_ASSIGNMENT_
Tally the lines in the entries below where the string "BuildPart" occurs. Reply with the total alone.

_DATA SECTION_
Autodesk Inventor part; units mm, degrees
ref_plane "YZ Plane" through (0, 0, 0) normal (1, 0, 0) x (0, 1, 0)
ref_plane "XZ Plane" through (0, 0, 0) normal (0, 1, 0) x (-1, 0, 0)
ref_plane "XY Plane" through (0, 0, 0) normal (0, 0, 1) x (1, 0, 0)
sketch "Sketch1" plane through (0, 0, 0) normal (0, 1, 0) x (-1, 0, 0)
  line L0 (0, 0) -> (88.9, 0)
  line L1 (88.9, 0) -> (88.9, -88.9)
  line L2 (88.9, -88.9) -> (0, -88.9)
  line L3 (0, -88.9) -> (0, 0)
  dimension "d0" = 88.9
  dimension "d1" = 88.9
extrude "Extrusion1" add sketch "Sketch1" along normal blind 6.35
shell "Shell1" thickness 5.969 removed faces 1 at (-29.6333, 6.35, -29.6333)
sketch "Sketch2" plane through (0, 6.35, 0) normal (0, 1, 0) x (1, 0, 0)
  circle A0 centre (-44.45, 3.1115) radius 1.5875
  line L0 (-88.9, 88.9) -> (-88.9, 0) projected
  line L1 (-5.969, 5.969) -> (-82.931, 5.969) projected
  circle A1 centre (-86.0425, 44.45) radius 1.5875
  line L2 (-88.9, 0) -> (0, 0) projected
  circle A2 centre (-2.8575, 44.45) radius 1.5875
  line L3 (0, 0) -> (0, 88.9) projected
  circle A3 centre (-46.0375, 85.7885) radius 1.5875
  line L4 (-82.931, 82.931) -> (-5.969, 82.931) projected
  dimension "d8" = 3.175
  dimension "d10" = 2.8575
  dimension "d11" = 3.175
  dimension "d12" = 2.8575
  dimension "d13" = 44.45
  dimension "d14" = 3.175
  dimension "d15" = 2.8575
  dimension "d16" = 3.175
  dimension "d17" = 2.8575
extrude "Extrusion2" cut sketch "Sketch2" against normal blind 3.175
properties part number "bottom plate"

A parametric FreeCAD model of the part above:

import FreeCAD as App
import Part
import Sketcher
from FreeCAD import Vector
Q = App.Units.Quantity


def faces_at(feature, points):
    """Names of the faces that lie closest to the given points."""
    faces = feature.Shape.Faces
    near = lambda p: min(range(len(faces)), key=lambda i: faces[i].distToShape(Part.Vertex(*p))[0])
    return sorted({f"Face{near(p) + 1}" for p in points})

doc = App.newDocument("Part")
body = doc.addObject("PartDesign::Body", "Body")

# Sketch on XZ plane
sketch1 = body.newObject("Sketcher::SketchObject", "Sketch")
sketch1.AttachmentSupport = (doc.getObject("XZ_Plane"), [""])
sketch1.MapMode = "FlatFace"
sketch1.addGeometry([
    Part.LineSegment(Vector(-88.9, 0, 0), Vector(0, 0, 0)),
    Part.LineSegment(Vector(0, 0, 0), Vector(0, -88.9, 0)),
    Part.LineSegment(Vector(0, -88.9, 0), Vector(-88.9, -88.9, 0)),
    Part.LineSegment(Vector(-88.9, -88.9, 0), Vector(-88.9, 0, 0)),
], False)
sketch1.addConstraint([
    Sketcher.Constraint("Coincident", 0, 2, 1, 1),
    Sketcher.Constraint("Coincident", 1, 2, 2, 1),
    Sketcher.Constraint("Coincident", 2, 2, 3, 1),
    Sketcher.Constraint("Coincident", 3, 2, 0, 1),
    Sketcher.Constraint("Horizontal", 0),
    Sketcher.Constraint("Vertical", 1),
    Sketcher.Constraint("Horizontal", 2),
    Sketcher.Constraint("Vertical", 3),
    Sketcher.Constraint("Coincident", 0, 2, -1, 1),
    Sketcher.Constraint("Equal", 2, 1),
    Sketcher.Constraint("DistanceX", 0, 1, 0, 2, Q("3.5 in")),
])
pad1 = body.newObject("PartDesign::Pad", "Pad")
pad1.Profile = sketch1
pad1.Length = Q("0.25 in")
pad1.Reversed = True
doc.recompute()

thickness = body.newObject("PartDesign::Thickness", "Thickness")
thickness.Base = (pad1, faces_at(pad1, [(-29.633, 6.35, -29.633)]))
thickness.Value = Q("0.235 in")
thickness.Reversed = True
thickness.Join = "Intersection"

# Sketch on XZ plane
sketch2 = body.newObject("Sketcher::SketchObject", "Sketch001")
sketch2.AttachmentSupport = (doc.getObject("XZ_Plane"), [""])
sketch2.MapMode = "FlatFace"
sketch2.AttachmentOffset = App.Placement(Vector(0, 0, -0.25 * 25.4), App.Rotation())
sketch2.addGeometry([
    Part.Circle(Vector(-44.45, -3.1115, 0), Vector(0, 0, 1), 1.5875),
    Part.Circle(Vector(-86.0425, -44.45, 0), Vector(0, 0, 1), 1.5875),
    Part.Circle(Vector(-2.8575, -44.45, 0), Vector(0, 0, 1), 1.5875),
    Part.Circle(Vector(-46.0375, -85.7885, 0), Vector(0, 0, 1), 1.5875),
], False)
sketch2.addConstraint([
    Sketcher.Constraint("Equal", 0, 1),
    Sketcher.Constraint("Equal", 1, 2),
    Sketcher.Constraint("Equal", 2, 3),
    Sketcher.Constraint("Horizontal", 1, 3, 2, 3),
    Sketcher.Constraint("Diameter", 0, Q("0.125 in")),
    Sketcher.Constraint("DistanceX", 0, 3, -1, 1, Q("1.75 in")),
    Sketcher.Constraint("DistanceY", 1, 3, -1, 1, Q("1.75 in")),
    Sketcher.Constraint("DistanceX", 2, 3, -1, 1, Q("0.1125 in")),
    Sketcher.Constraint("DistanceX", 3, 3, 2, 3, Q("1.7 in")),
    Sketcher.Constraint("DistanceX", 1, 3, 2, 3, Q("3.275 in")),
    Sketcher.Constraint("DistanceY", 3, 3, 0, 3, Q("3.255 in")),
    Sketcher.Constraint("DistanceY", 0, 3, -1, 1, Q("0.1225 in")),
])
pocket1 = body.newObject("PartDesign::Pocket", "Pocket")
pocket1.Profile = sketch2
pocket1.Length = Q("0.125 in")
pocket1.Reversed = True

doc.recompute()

---

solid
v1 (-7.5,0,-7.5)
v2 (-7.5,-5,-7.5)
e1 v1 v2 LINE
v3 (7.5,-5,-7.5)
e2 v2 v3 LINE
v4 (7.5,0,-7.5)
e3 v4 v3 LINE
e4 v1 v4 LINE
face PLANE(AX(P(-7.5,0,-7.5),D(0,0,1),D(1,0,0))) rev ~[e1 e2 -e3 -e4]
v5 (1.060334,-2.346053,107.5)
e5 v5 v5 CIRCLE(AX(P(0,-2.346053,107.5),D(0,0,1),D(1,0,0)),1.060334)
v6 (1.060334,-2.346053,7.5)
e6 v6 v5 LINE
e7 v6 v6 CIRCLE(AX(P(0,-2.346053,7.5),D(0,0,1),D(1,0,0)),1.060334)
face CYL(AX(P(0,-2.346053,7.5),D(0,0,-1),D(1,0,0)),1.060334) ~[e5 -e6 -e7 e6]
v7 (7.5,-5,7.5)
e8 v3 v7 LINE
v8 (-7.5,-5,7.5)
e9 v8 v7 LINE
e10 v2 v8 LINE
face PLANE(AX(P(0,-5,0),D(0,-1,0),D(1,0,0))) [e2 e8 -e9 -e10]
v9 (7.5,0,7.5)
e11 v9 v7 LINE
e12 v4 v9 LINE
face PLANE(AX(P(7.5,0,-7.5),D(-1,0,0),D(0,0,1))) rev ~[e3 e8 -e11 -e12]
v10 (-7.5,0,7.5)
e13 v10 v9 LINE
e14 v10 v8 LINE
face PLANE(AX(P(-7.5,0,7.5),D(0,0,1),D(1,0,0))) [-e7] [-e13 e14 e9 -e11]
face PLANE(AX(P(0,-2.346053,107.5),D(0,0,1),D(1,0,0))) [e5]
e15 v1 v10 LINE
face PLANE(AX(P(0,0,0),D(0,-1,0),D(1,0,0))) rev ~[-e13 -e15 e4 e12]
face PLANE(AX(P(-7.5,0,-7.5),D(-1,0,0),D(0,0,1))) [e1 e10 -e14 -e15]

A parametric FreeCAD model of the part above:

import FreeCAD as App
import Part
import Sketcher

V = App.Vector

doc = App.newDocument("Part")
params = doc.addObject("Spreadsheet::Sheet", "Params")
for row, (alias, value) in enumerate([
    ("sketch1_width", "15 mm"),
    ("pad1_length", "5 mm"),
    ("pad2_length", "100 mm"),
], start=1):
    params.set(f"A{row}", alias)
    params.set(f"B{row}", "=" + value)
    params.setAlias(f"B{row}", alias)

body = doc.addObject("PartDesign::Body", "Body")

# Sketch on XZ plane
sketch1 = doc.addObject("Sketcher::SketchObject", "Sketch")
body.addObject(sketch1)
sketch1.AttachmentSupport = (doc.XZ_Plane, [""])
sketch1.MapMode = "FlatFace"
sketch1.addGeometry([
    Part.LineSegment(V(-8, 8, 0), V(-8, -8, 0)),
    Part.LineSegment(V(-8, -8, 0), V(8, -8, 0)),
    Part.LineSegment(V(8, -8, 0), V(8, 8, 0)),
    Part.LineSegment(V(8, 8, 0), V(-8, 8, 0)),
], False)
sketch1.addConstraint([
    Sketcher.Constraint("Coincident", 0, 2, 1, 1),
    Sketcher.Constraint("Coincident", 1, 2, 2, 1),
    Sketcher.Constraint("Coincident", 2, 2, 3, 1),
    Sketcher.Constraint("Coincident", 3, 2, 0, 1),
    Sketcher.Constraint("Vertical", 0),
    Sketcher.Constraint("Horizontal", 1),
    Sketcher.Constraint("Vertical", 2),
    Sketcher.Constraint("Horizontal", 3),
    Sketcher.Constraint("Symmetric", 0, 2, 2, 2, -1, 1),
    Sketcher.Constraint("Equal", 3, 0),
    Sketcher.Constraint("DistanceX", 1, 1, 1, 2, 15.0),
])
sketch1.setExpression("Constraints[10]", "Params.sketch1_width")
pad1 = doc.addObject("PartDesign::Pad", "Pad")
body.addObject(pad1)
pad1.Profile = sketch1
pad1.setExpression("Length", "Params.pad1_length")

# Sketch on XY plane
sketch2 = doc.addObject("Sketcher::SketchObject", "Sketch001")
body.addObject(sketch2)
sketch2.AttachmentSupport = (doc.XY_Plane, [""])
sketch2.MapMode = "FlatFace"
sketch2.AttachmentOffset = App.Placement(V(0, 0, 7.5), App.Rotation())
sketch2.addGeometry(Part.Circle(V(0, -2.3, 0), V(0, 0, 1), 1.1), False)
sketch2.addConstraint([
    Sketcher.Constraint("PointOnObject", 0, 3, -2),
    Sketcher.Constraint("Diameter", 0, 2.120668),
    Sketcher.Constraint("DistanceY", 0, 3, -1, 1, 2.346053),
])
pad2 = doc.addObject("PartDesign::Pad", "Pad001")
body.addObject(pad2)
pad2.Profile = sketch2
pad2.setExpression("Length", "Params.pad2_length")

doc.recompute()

==

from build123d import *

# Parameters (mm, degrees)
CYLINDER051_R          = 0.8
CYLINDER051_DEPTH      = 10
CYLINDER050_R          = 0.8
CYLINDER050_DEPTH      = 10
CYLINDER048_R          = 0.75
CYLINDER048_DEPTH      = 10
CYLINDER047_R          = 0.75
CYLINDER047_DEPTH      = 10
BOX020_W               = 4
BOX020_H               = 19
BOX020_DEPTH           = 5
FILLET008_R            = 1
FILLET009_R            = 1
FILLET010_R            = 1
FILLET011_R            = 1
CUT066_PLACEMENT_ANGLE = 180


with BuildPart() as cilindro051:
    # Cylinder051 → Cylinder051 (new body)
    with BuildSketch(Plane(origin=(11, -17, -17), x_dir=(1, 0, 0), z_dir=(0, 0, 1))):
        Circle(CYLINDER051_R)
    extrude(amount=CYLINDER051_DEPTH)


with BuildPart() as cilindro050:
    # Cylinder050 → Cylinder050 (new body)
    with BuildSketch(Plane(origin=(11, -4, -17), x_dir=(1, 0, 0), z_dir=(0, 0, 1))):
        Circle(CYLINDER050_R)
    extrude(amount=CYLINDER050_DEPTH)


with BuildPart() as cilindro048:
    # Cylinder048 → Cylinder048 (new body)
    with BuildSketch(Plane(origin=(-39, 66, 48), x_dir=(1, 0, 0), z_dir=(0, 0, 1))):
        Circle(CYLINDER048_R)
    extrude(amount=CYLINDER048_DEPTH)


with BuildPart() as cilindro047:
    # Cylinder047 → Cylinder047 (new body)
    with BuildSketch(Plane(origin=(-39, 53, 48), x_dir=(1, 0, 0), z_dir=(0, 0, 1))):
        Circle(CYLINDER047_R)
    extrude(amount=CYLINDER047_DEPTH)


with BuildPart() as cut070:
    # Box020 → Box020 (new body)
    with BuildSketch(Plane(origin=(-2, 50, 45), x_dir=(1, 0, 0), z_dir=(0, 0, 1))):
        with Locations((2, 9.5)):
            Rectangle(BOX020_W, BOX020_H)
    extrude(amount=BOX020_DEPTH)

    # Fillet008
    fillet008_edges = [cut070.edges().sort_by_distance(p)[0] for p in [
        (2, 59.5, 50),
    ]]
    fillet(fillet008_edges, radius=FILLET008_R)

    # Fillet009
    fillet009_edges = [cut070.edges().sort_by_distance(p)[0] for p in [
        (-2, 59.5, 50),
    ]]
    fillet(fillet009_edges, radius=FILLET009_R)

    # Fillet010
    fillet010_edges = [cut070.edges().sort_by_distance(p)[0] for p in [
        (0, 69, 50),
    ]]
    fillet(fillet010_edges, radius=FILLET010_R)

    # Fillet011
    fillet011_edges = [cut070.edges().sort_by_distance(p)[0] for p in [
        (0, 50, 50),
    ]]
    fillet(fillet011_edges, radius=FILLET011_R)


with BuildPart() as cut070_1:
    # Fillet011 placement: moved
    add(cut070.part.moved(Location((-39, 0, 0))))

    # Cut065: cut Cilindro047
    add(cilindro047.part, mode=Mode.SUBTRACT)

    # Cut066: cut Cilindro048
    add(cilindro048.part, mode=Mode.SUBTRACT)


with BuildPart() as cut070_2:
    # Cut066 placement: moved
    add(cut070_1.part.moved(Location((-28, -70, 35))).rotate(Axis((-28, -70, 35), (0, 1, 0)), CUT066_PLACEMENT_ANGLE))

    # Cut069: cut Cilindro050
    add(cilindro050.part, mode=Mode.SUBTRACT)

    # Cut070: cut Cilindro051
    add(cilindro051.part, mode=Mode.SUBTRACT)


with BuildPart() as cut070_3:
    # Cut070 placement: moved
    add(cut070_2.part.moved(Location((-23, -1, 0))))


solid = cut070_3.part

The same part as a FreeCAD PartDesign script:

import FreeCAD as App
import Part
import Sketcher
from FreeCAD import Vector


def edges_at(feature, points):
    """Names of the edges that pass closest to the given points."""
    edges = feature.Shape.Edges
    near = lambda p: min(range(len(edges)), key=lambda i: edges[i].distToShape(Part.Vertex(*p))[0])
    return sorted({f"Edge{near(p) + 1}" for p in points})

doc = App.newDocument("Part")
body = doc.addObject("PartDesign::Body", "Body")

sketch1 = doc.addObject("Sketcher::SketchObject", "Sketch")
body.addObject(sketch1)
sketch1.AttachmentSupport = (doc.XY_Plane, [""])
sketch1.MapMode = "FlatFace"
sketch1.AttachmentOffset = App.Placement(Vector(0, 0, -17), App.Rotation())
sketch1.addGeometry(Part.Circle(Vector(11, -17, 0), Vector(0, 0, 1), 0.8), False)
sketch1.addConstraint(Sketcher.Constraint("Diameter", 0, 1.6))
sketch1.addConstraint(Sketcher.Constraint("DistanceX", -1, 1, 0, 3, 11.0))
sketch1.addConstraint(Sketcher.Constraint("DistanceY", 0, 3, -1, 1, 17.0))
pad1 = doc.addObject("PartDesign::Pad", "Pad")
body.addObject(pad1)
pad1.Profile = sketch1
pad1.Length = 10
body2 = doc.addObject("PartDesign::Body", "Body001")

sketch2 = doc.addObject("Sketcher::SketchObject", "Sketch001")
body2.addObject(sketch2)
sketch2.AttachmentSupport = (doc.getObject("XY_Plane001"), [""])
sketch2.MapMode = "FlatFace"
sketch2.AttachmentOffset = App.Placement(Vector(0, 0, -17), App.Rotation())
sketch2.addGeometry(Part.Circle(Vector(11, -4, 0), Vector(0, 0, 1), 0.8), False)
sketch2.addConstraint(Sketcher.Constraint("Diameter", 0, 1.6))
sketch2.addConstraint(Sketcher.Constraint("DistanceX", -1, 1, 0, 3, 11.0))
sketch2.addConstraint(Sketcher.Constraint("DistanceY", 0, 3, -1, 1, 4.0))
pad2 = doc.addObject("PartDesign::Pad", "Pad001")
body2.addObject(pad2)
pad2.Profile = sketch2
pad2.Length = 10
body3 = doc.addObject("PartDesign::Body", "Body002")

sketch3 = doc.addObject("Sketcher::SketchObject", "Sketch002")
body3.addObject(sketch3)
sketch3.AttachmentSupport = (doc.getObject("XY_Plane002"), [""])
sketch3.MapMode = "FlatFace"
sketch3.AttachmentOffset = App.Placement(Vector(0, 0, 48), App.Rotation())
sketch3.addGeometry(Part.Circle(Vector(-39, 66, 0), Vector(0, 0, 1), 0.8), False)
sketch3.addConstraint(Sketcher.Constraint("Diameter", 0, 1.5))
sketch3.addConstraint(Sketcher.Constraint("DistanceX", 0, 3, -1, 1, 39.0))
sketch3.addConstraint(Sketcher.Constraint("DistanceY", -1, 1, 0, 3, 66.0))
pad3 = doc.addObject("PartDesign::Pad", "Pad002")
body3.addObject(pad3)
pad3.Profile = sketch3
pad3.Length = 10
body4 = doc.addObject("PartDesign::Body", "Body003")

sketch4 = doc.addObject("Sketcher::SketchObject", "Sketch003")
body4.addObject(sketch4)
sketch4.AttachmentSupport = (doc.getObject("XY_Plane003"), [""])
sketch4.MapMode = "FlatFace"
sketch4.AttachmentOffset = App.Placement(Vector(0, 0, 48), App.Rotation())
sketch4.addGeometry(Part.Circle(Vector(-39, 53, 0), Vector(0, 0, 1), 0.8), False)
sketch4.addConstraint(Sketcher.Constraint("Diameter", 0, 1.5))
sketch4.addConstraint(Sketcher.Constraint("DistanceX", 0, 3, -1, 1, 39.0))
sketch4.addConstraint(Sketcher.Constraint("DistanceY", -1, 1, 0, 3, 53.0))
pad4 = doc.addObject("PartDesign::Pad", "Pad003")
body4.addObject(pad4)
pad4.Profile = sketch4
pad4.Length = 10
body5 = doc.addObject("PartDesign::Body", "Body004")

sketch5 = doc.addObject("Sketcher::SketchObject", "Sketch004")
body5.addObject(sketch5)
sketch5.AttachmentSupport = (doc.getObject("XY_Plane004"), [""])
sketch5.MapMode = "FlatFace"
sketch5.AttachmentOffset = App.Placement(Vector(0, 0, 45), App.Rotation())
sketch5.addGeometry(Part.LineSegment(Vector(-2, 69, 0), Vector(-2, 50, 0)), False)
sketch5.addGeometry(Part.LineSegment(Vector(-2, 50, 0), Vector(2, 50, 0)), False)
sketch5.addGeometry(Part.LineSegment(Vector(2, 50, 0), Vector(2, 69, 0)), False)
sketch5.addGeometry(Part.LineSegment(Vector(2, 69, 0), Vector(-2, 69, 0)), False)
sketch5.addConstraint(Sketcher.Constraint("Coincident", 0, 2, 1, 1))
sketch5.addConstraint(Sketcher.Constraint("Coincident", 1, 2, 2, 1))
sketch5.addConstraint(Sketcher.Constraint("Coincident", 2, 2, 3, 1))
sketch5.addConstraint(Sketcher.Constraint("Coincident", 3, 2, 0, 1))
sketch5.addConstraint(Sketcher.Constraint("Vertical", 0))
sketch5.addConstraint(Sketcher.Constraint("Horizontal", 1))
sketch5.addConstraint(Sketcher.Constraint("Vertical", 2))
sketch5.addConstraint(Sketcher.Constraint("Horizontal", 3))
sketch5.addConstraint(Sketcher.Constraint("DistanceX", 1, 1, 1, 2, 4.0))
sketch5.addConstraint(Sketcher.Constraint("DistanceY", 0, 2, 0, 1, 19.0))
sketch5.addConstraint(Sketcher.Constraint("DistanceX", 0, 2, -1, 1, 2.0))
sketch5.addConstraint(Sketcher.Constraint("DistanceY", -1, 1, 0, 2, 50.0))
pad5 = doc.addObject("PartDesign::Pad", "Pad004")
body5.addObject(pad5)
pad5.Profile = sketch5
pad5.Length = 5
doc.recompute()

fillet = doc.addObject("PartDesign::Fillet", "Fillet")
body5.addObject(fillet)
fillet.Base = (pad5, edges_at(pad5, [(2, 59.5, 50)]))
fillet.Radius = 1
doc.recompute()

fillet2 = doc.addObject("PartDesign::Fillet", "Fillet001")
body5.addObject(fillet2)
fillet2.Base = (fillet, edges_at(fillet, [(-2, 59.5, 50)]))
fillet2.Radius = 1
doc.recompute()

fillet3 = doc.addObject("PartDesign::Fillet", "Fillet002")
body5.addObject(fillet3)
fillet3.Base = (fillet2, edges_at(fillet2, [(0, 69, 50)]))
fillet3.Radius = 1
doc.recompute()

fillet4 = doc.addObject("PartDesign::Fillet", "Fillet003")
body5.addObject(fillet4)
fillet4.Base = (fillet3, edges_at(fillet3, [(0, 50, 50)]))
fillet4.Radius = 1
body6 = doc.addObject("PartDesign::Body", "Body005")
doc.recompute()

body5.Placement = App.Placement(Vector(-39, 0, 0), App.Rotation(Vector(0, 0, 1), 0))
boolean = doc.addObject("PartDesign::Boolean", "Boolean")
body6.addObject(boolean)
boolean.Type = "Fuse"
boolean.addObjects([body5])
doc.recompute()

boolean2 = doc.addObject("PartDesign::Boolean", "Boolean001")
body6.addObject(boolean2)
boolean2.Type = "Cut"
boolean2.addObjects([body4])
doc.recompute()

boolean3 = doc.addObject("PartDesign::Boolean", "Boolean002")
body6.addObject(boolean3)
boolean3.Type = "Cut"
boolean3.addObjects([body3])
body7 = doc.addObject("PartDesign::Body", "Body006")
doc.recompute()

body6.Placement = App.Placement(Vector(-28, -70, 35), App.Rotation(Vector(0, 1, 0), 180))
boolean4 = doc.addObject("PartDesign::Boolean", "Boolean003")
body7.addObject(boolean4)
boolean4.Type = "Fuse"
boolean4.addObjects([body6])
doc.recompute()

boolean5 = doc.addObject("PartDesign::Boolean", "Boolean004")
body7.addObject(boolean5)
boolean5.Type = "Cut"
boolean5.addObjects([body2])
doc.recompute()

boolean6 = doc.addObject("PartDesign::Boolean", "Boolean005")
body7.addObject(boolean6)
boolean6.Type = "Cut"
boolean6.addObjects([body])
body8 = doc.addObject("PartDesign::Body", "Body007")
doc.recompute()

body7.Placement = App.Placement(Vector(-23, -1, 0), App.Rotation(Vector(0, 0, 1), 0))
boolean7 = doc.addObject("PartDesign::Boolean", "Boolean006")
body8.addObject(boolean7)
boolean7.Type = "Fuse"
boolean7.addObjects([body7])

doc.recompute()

_EXPECTED ANSWER_
8